Pensé que el método primate había fallado pues soñé
que me levantaba para llevar las cobijas envueltas a la sala. Cuando llegué vi
el espacio invadido de televisores. Al no encontrar lugar donde extender mis
sábanas empecé a maldecir mi suerte y quejarme por esa mala costumbre de mis
hermanas de recibir objetos viejos e inservibles. Empecé a examinar los
televisores empolvados y encontré el Sony Triniton de mi infancia. Ahí sospeché
que estaba soñando. Para salir de la duda empecé a saltar y así probar mis
acostumbradas habilidades de vuelo onírico y aunque no me elevé en un planear
constante, sí pude saltar hasta tocar el techo con mi espalda. Lo seguí
haciendo, como una cometa que sube y baja esperando la corriente cálida ascendente,
y luego de un rato saltando logré romper las rejas del techo del patio como si
fueran cintas de papel viejo.
Y empecé a volar, confirmando que todo era un sueño, desde
el cielo vi paisajes oníricos repetitivos. Entre esas imágenes apareció mi
barrio (que en mis sueños siempre es como era hace trece años, cuando yo tenía
catorce o quince y mi deseo sexual adolescente estaba más arrebatado). Bajé con
cuidado, como lo haría un buitre con el buche lleno, y consciente de estar
soñando toqué a la puerta de Paola, mi vecina y compañera de colegio. Salió
ella a abrirme, en su versión (su mejor versión) también adolescente, joven, de
carnes firmes, pecas rosadas y cabello negro y largo. Si para algo sirve un
sueño lúcido es para volar y tener sexo, así que procedí sin muchos cuidados
ceremoniosos y luego de consumado el acto (consumado es un decir porque nunca
me ha llegado un orgasmo en un sueño) decidí seguir planeando y buscando nuevos
cuerpos.
Encontré una mujer delgada, de senos diminutos,
desnuda de la cintura para arriba, de pelo rubio y muy corto. Empecé a besar sus
pezones pequeños y alguien empezó a gritar, para interrumpirnos, que ella no
tenía senos sino tetillas. Intenté no hacer caso y más bien procedí a
desabrocharle el pantalón a la blonda y empecé, con mucho gusto, a hacerle sexo
oral. Al principio sentía mi lengua hundirse en las lubricidades abundantes de
su entrepierna, pero luego de un tiempo noté que la humedad disminuía
gradualmente, dramáticamente, así hasta desaparecer y hacer del contacto con mi
lengua algo seco y áspero. Abrí los ojos y me alejé un poco para ver qué estaba
pasando y en vez de encontrar un sexo abierto y seco vi una toalla con una
etiqueta bordada que decía "Regular". La toalla estaba doblada de una
manera muy particular, formando un cajón. Tenía en sus bordes un remate en
satín azul, como las toallas de los bebés. Dudé, y todavía lo hago, si el
"regular" era inglés, para etiquetar mi performance como algo
genérico, usual; o si era español y era una sugerencia para medir mi
ritmo, para ajustar la cadencia del cunnilingus. Ahí desperté.

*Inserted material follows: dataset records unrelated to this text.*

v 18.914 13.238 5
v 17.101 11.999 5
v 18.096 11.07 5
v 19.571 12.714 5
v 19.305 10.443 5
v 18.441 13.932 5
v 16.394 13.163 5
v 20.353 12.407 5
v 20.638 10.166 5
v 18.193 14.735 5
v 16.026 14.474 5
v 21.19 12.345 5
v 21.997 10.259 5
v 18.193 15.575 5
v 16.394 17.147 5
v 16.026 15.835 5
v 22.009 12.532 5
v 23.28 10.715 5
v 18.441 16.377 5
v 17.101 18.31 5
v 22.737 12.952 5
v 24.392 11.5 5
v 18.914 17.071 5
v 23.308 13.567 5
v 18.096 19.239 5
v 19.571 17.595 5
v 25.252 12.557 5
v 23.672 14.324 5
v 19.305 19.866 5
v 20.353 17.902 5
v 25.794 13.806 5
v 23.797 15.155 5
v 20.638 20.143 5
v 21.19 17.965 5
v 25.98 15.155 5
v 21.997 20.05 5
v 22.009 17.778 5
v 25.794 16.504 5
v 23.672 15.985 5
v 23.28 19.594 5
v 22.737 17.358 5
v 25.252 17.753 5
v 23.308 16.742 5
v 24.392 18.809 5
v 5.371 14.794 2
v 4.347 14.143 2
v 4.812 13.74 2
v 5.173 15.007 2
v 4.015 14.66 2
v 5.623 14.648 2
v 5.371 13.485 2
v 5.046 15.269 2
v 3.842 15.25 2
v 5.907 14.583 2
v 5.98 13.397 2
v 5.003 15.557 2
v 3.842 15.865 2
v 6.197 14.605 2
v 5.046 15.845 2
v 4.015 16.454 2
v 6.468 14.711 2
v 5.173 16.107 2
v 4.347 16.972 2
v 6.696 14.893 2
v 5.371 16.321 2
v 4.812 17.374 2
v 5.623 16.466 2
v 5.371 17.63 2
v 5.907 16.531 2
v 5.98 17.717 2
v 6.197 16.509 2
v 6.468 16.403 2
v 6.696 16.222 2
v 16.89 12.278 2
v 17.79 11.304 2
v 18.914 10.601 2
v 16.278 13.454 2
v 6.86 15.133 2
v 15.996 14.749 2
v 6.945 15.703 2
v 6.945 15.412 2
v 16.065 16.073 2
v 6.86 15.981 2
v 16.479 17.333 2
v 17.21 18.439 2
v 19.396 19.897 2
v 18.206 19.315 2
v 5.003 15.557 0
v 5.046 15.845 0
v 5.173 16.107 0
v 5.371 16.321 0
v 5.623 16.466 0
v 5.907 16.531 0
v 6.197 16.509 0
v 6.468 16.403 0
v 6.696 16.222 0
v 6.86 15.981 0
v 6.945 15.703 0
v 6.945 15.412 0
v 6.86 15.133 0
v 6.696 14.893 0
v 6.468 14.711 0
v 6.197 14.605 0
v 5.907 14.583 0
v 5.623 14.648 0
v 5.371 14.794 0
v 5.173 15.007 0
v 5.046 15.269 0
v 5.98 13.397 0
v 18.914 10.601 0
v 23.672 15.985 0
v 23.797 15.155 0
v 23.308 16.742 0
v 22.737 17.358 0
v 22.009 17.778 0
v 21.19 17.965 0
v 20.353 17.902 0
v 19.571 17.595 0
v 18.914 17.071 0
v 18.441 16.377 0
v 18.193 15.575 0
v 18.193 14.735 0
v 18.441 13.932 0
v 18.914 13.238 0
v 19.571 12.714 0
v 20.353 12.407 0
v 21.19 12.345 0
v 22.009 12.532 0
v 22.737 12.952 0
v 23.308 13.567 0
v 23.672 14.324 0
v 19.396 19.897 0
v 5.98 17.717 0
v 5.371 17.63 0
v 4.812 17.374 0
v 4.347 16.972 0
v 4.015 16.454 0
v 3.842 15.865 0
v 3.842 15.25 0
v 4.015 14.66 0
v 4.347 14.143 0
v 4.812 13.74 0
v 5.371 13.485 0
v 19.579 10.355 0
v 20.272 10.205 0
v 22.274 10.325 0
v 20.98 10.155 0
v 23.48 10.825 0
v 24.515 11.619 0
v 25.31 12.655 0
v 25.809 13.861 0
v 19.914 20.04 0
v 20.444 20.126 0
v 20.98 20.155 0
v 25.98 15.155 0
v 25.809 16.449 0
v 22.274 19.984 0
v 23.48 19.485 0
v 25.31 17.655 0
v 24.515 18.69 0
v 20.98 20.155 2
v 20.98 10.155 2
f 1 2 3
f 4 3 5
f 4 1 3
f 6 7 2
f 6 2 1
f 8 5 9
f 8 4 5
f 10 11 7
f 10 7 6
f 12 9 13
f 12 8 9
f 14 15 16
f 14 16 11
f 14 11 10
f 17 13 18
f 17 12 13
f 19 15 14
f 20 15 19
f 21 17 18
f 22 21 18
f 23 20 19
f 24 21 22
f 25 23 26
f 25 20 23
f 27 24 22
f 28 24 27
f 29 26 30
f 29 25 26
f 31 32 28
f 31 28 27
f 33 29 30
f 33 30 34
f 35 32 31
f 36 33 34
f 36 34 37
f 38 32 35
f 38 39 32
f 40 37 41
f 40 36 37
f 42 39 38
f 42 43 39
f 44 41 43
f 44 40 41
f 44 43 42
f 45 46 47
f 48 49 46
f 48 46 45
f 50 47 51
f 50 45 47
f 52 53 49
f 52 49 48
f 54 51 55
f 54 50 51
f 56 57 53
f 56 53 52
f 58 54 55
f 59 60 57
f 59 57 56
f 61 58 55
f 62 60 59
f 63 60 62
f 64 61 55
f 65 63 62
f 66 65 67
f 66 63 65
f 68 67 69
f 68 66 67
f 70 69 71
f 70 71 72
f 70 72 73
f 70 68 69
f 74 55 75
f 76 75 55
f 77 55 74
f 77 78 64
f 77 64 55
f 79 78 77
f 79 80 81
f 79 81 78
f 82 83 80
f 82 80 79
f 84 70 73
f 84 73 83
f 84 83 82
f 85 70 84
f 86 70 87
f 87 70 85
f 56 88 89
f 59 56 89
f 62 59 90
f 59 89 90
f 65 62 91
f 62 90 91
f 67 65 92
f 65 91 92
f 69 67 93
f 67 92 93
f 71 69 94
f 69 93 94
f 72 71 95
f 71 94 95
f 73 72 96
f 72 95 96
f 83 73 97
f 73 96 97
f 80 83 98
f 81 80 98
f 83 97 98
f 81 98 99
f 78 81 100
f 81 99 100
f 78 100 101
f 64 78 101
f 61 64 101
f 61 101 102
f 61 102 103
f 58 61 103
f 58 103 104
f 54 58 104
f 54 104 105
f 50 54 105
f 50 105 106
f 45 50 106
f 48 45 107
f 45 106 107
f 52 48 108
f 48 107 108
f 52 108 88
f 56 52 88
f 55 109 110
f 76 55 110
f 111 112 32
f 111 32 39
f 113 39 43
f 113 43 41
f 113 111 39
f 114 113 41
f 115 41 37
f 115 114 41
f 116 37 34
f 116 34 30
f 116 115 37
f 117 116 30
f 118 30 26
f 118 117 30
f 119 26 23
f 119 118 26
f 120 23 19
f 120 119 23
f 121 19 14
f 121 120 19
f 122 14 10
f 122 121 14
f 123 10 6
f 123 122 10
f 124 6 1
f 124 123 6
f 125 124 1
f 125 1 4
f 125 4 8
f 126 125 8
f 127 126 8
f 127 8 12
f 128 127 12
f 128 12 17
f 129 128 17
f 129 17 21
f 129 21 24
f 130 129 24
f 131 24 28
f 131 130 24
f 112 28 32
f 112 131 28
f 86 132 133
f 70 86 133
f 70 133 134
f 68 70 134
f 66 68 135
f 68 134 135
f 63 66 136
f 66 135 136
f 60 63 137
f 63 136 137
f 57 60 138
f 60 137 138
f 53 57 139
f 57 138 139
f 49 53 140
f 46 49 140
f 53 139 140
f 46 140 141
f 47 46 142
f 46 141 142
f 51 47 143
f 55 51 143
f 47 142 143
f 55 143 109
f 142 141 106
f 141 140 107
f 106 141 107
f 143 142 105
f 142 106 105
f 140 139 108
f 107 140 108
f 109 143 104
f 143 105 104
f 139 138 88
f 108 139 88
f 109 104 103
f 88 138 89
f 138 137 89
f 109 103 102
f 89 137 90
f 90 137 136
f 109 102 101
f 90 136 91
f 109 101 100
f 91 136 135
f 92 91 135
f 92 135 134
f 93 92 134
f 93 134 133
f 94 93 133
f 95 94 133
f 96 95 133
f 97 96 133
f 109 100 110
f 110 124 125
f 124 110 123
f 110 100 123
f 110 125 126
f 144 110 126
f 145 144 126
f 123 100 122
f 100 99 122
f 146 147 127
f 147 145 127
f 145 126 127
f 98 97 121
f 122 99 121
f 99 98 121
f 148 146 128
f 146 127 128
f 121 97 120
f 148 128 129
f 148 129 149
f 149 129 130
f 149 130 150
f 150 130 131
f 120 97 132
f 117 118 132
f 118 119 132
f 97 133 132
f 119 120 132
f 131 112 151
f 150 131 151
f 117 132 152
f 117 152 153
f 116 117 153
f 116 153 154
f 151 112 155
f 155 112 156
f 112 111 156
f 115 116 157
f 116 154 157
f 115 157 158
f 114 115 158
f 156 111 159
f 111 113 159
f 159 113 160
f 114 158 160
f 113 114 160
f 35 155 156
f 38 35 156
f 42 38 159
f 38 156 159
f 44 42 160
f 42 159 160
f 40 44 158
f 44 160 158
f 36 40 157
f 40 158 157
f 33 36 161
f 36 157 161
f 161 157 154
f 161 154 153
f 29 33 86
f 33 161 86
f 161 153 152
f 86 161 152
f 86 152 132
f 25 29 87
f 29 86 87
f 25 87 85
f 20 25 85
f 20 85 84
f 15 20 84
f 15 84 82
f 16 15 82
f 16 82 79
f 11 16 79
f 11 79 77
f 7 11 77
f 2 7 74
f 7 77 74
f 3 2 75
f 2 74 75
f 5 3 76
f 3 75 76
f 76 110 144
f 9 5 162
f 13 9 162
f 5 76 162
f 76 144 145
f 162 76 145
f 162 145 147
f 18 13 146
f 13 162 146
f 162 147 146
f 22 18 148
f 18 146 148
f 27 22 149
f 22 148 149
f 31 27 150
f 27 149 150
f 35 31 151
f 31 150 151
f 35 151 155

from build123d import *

# Parameters (mm, degrees)
SKETCH_1_R      = 5
SKETCH_1_R_2    = 2.817909336
EXTRUDE_1_DEPTH = 5
SKETCH_2_R      = 0.976753742
EXTRUDE_2_DEPTH = 2


with BuildPart() as part:
    # 草图1 → 凸台-拉伸1 (new body)
    with BuildSketch(Plane.XY):
        with Locations((20.979563361, 15.154638973)):
            Circle(SKETCH_1_R)
        with Locations((20.979563361, 15.154638973)):
            Circle(SKETCH_1_R_2, mode=Mode.SUBTRACT)
    extrude(amount=EXTRUDE_1_DEPTH)

    # 草图2 → 凸台-拉伸2 (add)
    with BuildSketch(Plane(origin=(0, 0, 0), x_dir=(-1, 0, 0), z_dir=(0, 0, -1))):
        with BuildLine():
            Line((-20.979563361, 20.154638973), (-5.979563361, 17.717173943))
            ThreePointArc((-5.979563361, 17.717173943), (-3.819583674, 15.557194255), (-5.979563361, 13.397214568))
            Line((-5.979563361, 13.397214568), (-20.979563361, 10.154638973))
            Line((-20.979563361, 10.154638973), (-20.873226182, 11.0026068))
            Line((-20.873226182, 11.0026068), (-17.89105269, 13.59821912))
            Line((-17.89105269, 13.59821912), (-17.479167483, 16.13293368))
            Line((-17.479167483, 16.13293368), (-20.979563361, 20.154638973))
        make_face()
        with Locations((-5.979563361, 15.557194255)):
            Circle(SKETCH_2_R, mode=Mode.SUBTRACT)
    extrude(amount=-EXTRUDE_2_DEPTH)


solid = part.part
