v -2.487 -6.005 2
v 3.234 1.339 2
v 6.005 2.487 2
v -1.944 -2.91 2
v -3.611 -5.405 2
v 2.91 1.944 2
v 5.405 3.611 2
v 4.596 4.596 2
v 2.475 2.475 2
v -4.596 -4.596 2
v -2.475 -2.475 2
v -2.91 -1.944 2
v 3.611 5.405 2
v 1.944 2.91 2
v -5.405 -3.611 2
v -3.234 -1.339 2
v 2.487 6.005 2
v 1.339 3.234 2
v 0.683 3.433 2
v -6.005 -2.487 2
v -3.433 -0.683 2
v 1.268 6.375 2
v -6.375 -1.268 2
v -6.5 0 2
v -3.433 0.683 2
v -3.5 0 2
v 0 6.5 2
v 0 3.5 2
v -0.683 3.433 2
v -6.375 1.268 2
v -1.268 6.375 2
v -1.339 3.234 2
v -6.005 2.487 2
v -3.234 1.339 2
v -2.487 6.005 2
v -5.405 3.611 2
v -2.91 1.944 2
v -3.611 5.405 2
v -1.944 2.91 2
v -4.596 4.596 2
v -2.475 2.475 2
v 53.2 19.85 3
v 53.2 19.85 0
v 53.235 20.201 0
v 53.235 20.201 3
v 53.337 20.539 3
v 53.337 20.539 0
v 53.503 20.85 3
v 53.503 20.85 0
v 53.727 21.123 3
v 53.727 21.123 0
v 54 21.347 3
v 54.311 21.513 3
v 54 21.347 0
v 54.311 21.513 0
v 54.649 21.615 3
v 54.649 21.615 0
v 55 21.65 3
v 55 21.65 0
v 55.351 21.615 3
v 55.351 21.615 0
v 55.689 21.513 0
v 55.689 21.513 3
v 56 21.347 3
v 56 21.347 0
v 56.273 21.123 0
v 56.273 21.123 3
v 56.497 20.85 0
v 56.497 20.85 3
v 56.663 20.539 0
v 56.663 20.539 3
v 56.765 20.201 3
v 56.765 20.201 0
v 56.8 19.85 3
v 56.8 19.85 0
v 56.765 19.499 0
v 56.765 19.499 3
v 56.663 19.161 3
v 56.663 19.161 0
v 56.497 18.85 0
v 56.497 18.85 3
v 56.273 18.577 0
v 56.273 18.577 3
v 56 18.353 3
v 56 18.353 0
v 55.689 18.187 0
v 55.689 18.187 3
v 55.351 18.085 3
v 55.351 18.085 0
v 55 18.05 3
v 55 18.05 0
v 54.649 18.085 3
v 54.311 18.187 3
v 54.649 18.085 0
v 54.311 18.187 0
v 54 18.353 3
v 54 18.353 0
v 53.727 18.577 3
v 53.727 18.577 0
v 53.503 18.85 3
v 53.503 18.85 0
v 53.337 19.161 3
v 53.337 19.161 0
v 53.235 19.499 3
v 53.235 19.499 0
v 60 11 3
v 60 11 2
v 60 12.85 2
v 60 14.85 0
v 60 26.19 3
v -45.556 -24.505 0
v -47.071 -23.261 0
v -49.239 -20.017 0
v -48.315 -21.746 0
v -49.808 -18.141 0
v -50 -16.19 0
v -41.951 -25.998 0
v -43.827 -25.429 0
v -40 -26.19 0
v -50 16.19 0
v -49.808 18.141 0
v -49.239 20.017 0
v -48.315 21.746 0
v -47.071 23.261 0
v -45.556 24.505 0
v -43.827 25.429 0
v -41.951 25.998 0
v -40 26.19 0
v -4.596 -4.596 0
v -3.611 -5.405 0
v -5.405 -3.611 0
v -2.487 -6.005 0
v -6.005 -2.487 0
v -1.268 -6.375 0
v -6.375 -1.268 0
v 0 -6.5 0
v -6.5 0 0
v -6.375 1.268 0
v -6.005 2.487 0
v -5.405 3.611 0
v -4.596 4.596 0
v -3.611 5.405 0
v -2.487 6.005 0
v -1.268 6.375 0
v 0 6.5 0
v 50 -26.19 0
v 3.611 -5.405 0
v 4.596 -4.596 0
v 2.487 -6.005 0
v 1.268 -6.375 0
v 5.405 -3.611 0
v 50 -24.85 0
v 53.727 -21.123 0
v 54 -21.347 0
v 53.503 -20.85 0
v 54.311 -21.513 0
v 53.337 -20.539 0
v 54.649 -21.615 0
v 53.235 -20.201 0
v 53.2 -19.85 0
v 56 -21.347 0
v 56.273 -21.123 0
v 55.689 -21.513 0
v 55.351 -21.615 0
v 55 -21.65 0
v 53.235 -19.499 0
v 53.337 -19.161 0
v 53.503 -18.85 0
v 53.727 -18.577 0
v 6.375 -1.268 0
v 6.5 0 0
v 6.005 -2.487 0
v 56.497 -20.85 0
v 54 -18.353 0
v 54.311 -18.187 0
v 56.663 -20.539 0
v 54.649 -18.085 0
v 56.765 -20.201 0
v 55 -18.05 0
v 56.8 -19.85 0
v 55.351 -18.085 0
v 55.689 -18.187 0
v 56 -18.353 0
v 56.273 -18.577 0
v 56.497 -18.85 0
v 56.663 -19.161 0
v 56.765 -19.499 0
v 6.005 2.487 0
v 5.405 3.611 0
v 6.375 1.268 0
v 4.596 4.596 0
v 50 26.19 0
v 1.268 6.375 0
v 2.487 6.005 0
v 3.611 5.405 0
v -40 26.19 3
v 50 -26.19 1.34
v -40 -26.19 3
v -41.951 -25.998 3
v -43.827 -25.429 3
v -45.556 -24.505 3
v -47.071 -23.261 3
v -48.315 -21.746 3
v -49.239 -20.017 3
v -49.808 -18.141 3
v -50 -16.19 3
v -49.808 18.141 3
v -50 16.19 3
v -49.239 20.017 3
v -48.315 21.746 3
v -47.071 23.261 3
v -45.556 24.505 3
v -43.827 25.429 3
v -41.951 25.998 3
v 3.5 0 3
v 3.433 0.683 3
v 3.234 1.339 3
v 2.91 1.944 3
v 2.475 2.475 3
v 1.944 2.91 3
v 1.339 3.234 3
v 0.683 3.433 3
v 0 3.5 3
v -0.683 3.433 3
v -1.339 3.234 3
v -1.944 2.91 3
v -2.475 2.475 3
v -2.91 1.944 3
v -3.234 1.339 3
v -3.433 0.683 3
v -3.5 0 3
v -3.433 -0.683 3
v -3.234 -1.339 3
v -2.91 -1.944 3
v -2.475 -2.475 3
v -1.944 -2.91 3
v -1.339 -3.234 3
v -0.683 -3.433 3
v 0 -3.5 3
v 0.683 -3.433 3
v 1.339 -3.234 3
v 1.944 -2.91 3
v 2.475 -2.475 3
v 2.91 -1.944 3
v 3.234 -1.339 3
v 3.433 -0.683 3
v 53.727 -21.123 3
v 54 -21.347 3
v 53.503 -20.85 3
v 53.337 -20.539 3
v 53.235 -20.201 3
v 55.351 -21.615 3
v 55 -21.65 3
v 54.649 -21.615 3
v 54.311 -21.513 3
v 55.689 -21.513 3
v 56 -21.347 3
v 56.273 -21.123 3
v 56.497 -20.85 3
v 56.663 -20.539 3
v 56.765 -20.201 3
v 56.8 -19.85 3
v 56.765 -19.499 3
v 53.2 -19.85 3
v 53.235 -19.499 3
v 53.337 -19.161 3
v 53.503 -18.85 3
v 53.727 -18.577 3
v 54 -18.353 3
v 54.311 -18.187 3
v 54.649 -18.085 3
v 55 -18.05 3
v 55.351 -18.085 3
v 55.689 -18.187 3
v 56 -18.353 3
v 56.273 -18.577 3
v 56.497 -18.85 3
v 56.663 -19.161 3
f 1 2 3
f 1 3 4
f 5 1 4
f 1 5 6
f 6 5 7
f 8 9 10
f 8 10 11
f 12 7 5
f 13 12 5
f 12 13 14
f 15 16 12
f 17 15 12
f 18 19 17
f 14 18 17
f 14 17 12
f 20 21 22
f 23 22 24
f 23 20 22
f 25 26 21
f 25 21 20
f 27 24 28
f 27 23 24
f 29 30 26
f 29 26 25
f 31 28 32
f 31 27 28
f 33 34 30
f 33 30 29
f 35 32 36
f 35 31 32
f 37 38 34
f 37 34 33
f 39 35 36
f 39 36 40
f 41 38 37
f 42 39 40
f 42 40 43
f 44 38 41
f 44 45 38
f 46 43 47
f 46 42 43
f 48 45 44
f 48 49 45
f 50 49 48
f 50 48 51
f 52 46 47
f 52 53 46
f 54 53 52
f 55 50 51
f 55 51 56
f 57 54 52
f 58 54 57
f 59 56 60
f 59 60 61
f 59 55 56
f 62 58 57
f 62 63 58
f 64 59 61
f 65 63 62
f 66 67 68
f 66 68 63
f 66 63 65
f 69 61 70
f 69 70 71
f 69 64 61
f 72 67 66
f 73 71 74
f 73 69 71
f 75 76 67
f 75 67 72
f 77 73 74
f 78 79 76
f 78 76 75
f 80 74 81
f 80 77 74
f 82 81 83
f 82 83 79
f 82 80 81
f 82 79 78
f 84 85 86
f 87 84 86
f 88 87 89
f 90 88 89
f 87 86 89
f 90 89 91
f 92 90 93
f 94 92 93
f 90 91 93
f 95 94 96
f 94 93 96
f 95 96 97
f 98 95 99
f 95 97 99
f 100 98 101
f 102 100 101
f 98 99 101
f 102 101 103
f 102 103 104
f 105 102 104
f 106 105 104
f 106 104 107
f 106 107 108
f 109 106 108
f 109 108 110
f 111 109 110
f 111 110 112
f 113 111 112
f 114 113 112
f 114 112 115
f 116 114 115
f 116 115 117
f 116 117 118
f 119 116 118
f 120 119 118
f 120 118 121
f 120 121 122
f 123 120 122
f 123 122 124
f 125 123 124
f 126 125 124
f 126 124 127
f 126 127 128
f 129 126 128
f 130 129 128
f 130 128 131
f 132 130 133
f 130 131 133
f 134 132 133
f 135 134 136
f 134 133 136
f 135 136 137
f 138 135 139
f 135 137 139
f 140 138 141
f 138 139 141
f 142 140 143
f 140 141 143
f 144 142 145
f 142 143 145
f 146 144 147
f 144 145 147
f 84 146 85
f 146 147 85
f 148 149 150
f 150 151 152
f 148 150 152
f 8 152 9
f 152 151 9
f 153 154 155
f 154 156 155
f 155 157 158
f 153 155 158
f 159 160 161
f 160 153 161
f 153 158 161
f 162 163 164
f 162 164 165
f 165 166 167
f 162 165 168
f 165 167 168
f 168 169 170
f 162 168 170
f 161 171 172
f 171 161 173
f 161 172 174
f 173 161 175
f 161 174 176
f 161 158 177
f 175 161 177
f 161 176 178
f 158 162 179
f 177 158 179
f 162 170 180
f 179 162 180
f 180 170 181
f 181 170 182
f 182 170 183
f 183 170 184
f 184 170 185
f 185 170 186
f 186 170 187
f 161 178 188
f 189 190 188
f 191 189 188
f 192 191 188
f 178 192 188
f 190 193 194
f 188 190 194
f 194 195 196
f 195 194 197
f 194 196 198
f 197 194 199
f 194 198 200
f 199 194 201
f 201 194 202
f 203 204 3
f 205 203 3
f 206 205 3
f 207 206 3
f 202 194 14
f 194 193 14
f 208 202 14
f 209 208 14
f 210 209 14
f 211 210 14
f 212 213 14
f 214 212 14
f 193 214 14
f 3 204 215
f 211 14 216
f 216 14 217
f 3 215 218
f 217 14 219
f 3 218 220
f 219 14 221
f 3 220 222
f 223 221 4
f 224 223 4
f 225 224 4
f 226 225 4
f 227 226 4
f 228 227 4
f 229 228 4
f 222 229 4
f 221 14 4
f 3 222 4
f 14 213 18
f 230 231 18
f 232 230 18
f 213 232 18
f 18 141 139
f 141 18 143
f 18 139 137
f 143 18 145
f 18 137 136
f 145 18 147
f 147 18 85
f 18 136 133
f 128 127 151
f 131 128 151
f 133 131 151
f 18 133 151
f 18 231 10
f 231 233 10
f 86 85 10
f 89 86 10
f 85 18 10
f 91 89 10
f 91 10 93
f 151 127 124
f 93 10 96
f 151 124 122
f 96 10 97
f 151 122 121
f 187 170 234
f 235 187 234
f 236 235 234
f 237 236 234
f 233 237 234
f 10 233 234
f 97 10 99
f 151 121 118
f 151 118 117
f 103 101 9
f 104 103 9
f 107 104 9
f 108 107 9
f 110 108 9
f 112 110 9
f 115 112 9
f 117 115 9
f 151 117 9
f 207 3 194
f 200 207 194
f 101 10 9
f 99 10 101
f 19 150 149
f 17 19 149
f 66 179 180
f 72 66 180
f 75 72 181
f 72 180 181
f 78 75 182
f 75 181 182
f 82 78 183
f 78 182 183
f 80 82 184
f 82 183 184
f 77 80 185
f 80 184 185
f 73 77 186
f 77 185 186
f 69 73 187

Aún con sueño miré el reloj y ya era tarde para todo.
Para llegar a tiempo a natación, para cruzar miradas con la estudiante de ojos
negros y cabello desordenado que camina siempre por la 53 con 50, para leer
otro capítulo de Rosalba antes de entrar a la piscina,
para doblar la ropa en el casillero y apilarla en el orden preciso en el que la
necesito luego, cuando vuelvo a vestirme. Tarde Maestro, incluso para
responder su carta anterior. Tarde para formular una pregunta e
invitarlo a que me escriba nuevamente.
Maestro ¿recuerda cuál era el porcentaje de realidad
autobiográfica que debe tener un texto de ficción? Ese chiste lo contaba Juan
David en sus clases. Le pregunto porque quiero sacar de dudas a algunos
lectores. Si mano, tenemos lectores.